#### Work to be completed:
Reproduce the records word for word, from the first line to the line containing "# M5 Clearance Slot1 (through all)".

Stored records
━━━
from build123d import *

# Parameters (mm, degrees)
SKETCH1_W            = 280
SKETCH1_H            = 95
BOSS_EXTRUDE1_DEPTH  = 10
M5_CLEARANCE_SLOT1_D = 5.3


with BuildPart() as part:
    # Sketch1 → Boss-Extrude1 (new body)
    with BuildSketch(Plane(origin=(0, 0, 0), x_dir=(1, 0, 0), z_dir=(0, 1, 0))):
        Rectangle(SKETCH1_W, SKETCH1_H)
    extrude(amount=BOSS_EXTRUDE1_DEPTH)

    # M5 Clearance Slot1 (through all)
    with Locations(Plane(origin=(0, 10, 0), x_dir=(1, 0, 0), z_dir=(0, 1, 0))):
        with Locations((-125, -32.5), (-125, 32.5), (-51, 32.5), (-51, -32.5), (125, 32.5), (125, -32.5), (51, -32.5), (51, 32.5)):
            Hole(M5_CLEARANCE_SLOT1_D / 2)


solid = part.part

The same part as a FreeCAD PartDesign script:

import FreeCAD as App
import Part
import Sketcher
from FreeCAD import Vector


def add_polygon(sketch, points):
    """Adds a closed chain of lines whose ends are joined by coincident constraints."""
    first, n = sketch.GeometryCount, len(points)
    for a, b in zip(points, points[1:] + points[:1]):
        sketch.addGeometry(Part.LineSegment(App.Vector(*a, 0), App.Vector(*b, 0)), False)
    for i in range(n):
        sketch.addConstraint(Sketcher.Constraint("Coincident", first + i, 2, first + (i + 1) % n, 1))

doc = App.newDocument("Part")
body = doc.addObject("PartDesign::Body", "Body")

# Sketch on XZ plane
sketch1 = body.newObject("Sketcher::SketchObject", "Sketch")
sketch1.AttachmentSupport = (doc.getObject("XZ_Plane"), [""])
sketch1.MapMode = "FlatFace"
add_polygon(sketch1, [(-140, -48), (-140, 48), (140, 48), (140, -48)])  # lines 0-3
sketch1.addConstraint(Sketcher.Constraint("Vertical", 0))
sketch1.addConstraint(Sketcher.Constraint("Horizontal", 1))
sketch1.addConstraint(Sketcher.Constraint("Vertical", 2))
sketch1.addConstraint(Sketcher.Constraint("Horizontal", 3))
sketch1.addConstraint(Sketcher.Constraint("Symmetric", 0, 2, 2, 2, -1, 1))
sketch1.addConstraint(Sketcher.Constraint("DistanceX", 1, 1, 1, 2, 280.0))
sketch1.addConstraint(Sketcher.Constraint("DistanceY", 0, 1, 0, 2, 95.0))
pad1 = body.newObject("PartDesign::Pad", "Pad")
pad1.Profile = sketch1
pad1.Length = 10
pad1.Reversed = True

# Sketch on XZ plane
sketch2 = body.newObject("Sketcher::SketchObject", "Sketch001")
sketch2.AttachmentSupport = (doc.getObject("XZ_Plane"), [""])
sketch2.MapMode = "FlatFace"
sketch2.AttachmentOffset = App.Placement(Vector(0, 0, -10), App.Rotation())
sketch2.addGeometry(Part.Circle(Vector(-125, 32.5, 0), Vector(0, 0, 1), 2.6), False)
sketch2.addGeometry(Part.Circle(Vector(-125, -32.5, 0), Vector(0, 0, 1), 2.6), False)
sketch2.addGeometry(Part.Circle(Vector(-51, -32.5, 0), Vector(0, 0, 1), 2.6), False)
sketch2.addGeometry(Part.Circle(Vector(-51, 32.5, 0), Vector(0, 0, 1), 2.6), False)
sketch2.addGeometry(Part.Circle(Vector(125, -32.5, 0), Vector(0, 0, 1), 2.6), False)
sketch2.addGeometry(Part.Circle(Vector(125, 32.5, 0), Vector(0, 0, 1), 2.6), False)
sketch2.addGeometry(Part.Circle(Vector(51, 32.5, 0), Vector(0, 0, 1), 2.6), False)
sketch2.addGeometry(Part.Circle(Vector(51, -32.5, 0), Vector(0, 0, 1), 2.6), False)
sketch2.addConstraint(Sketcher.Constraint("Equal", 0, 1))
sketch2.addConstraint(Sketcher.Constraint("Equal", 1, 2))
sketch2.addConstraint(Sketcher.Constraint("Equal", 2, 3))
sketch2.addConstraint(Sketcher.Constraint("Equal", 3, 4))
sketch2.addConstraint(Sketcher.Constraint("Equal", 4, 5))
sketch2.addConstraint(Sketcher.Constraint("Equal", 5, 6))
sketch2.addConstraint(Sketcher.Constraint("Equal", 6, 7))
sketch2.addConstraint(Sketcher.Constraint("Symmetric", 0, 3, 4, 3, -1, 1))
sketch2.addConstraint(Sketcher.Constraint("Symmetric", 1, 3, 5, 3, -1, 1))
sketch2.addConstraint(Sketcher.Constraint("Symmetric", 2, 3, 6, 3, -1, 1))
sketch2.addConstraint(Sketcher.Constraint("Symmetric", 3, 3, 7, 3, -1, 1))
sketch2.addConstraint(Sketcher.Constraint("Symmetric", 1, 3, 4, 3, -2))
sketch2.addConstraint(Sketcher.Constraint("Symmetric", 3, 3, 6, 3, -2))
sketch2.addConstraint(Sketcher.Constraint("Horizontal", 1, 3, 2, 3))
sketch2.addConstraint(Sketcher.Constraint("Diameter", 0, 5.3))
sketch2.addConstraint(Sketcher.Constraint("DistanceX", 0, 3, -1, 1, 125.0))
sketch2.addConstraint(Sketcher.Constraint("DistanceX", 2, 3, -1, 1, 51.0))
sketch2.addConstraint(Sketcher.Constraint("DistanceY", 1, 3, 0, 3, 65.0))
doc.recompute()
hole = body.newObject("PartDesign::Hole", "Hole")
hole.Profile = sketch2
hole.ThreadType = "None"
hole.Diameter = 5.3
hole.DepthType = "ThroughAll"
hole.Reversed = True

doc.recompute()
━━━
#### Result for this exercise:
from build123d import *

# Parameters (mm, degrees)
SKETCH1_W            = 280
SKETCH1_H            = 95
BOSS_EXTRUDE1_DEPTH  = 10
M5_CLEARANCE_SLOT1_D = 5.3


with BuildPart() as part:
    # Sketch1 → Boss-Extrude1 (new body)
    with BuildSketch(Plane(origin=(0, 0, 0), x_dir=(1, 0, 0), z_dir=(0, 1, 0))):
        Rectangle(SKETCH1_W, SKETCH1_H)
    extrude(amount=BOSS_EXTRUDE1_DEPTH)

    # M5 Clearance Slot1 (through all)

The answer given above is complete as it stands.